Australia’s economy will be among the worst affected by the Paris climate change agreement, enduring slower growth, fewer jobs and a “notable” 6 per cent slump in the exchange rate, according to a new analysis of the global accord.
This is not surprising. Even the dodgy Treasury modelling from 2011 showed a huge impact on the Australian economy. Although IIRC there was no unemployment effect because the modelling assumed full employment – it was the real wage that collapsed.
Warwick McKibbin, an ANU economics professor and one of the report’s authors, said Australia could not avoid economic pain by pulling out of the agreement.
“If we stay in, we’re better off because if we pull out, we’ll still be getting most of the economic damage — other countries won’t be buying our resources so much — but miss out on the benefits of curbing carbon emissions such as less pollution,” Professor McKibbin told The Australian.
“You don’t have to believe in climate change at all to support staying in Paris. That said, if you just cared about jobs or real wages but didn’t care about climate or pollution, you’d stay out.”

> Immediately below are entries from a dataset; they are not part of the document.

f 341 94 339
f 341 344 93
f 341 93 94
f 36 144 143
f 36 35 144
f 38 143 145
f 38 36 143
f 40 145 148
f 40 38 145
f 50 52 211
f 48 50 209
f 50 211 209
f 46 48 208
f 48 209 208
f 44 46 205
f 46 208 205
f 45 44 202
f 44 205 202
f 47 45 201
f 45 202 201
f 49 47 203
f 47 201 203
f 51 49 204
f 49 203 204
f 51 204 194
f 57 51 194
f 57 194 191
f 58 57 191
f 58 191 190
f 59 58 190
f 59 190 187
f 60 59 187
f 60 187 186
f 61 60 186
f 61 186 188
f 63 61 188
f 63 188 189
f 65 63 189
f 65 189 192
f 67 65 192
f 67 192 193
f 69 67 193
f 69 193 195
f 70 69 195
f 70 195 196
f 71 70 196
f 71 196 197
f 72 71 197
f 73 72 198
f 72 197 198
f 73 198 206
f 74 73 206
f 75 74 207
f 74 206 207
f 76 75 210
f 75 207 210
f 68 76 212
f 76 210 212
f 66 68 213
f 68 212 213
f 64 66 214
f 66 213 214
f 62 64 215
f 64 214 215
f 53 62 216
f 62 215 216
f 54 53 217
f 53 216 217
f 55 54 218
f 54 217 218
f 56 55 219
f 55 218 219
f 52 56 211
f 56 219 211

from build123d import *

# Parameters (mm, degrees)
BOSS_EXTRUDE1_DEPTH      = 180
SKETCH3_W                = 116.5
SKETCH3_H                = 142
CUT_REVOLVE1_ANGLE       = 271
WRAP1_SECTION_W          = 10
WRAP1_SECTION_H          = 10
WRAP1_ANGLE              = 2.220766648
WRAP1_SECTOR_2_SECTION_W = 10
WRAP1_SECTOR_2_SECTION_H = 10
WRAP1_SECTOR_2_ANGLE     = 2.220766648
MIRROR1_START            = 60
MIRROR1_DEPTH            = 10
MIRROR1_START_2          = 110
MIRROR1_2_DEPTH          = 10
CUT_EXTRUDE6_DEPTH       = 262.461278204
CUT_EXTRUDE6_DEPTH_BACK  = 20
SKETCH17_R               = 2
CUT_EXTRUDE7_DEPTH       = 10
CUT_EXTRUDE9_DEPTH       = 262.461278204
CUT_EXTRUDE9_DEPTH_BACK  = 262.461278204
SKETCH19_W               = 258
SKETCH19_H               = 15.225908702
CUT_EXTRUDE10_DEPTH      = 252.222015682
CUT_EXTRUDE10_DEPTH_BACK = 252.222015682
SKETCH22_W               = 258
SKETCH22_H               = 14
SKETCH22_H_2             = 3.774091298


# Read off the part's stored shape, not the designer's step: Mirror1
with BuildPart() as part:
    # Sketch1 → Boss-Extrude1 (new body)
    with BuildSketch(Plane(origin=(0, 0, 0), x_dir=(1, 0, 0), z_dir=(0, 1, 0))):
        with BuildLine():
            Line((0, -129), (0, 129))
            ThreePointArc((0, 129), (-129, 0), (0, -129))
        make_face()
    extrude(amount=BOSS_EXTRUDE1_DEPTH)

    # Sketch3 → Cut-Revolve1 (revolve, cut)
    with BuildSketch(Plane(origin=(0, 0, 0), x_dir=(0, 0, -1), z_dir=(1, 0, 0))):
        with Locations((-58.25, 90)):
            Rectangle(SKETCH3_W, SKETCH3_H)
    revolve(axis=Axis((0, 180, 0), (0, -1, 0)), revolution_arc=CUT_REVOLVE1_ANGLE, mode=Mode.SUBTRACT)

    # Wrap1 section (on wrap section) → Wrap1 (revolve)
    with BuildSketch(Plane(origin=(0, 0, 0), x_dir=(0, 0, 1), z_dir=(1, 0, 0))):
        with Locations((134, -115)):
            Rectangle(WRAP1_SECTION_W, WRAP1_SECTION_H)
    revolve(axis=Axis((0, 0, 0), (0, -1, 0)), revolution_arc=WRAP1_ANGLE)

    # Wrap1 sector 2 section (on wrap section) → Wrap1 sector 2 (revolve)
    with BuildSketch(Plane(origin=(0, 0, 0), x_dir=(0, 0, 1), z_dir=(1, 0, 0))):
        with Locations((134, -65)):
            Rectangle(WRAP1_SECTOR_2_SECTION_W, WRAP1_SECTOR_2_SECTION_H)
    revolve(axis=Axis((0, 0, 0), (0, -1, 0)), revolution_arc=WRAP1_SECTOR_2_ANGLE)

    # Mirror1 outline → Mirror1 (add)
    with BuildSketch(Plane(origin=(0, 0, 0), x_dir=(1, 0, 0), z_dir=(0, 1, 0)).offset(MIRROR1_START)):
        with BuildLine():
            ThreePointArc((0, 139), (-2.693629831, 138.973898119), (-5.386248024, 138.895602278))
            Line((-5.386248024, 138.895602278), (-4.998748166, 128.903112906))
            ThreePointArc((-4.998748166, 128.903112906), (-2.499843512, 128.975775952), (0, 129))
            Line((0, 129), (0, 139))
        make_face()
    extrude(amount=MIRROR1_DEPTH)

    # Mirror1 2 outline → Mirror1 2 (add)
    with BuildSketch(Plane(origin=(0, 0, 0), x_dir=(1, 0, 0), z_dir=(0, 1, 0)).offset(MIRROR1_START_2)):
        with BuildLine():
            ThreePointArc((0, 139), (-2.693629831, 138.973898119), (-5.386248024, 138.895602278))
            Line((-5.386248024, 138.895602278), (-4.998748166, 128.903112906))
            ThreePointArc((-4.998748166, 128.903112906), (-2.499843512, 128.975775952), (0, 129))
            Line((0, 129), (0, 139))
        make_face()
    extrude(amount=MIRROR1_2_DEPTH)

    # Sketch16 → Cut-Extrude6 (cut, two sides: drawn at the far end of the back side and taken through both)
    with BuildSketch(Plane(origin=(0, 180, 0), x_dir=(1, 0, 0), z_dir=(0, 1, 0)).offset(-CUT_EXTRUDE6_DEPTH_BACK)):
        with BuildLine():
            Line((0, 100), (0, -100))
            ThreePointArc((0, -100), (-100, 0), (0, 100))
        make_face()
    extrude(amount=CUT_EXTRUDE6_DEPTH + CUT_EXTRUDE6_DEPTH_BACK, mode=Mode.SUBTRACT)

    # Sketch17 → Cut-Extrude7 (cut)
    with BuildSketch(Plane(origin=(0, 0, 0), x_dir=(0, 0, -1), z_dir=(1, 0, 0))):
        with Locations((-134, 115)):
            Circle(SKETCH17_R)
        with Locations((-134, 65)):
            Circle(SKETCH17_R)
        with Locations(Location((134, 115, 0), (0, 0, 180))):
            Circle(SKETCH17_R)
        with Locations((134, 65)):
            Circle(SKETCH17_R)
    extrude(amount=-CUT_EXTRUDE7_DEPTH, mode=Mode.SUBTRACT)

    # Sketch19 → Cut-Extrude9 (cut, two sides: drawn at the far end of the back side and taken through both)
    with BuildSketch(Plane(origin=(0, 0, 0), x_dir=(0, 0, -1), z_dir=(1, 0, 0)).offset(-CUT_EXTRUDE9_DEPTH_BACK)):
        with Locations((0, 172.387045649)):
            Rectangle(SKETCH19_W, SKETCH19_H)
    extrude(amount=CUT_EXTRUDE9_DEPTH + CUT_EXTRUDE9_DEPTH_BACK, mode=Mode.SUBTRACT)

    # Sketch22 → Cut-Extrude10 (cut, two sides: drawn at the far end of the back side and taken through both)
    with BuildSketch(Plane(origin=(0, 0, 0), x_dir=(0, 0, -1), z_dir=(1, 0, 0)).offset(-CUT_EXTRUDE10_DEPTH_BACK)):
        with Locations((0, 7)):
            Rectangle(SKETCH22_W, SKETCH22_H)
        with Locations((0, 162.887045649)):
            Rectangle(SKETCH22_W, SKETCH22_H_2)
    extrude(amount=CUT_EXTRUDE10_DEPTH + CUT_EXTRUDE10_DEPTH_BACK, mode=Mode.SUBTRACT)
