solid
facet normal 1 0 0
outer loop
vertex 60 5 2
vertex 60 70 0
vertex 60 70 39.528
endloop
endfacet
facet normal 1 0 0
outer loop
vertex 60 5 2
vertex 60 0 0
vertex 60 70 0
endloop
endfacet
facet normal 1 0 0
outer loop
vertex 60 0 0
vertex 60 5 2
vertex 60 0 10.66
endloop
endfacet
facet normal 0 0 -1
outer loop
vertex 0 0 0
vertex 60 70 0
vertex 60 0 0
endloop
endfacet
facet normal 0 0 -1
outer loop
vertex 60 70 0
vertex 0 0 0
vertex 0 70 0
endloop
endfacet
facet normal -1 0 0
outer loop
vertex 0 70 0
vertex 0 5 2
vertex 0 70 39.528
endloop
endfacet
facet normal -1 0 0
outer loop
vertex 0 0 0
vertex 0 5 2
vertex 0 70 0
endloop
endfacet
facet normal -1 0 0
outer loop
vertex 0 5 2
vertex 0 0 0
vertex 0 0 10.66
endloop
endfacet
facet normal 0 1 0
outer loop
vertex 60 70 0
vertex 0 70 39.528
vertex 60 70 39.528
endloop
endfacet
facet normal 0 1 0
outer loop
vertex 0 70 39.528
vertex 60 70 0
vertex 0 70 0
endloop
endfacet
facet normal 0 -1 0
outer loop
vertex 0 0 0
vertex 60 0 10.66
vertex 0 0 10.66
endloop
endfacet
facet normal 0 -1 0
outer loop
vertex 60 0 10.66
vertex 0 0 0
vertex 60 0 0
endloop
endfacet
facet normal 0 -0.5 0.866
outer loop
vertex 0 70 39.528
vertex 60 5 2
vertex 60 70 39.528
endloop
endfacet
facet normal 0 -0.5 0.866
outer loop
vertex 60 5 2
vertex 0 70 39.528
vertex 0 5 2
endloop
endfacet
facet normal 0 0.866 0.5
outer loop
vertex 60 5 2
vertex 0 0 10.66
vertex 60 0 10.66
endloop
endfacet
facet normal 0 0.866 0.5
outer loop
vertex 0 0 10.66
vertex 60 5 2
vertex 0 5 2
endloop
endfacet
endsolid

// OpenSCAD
difference() {
	cube(size=[60, 70, 40], center=false);
	translate([-0.5, 5, 2]) rotate([30, 0, 0]) cube(size=[61, 81, 40], center=false);
}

The Paris Agreement then imposes very high costs not so much on the Australian economy per se, but on the people whose jobs and wages are dependent on coal and gas exports.
The exceptions to this are the fossil fuel exporting regions of Australia, which suffer a loss of around 2 to 2.5 per cent of GDP, the OPEC club of oil exporting nations, which suffer a loss of 3.25 to 3.5 per cent, and Russia which experiences a loss of 4 per cent to 4.5 per cent of GDP.
So what’s in it for us?
The environmental benefits of Australia cutting its own use of fossil fuel accrue almost entirely at home.
Much less domestic pollution – as if this is a problem in Australia. All those unemployed coal and gas workers will have plenty of time to enjoy the great outdoors.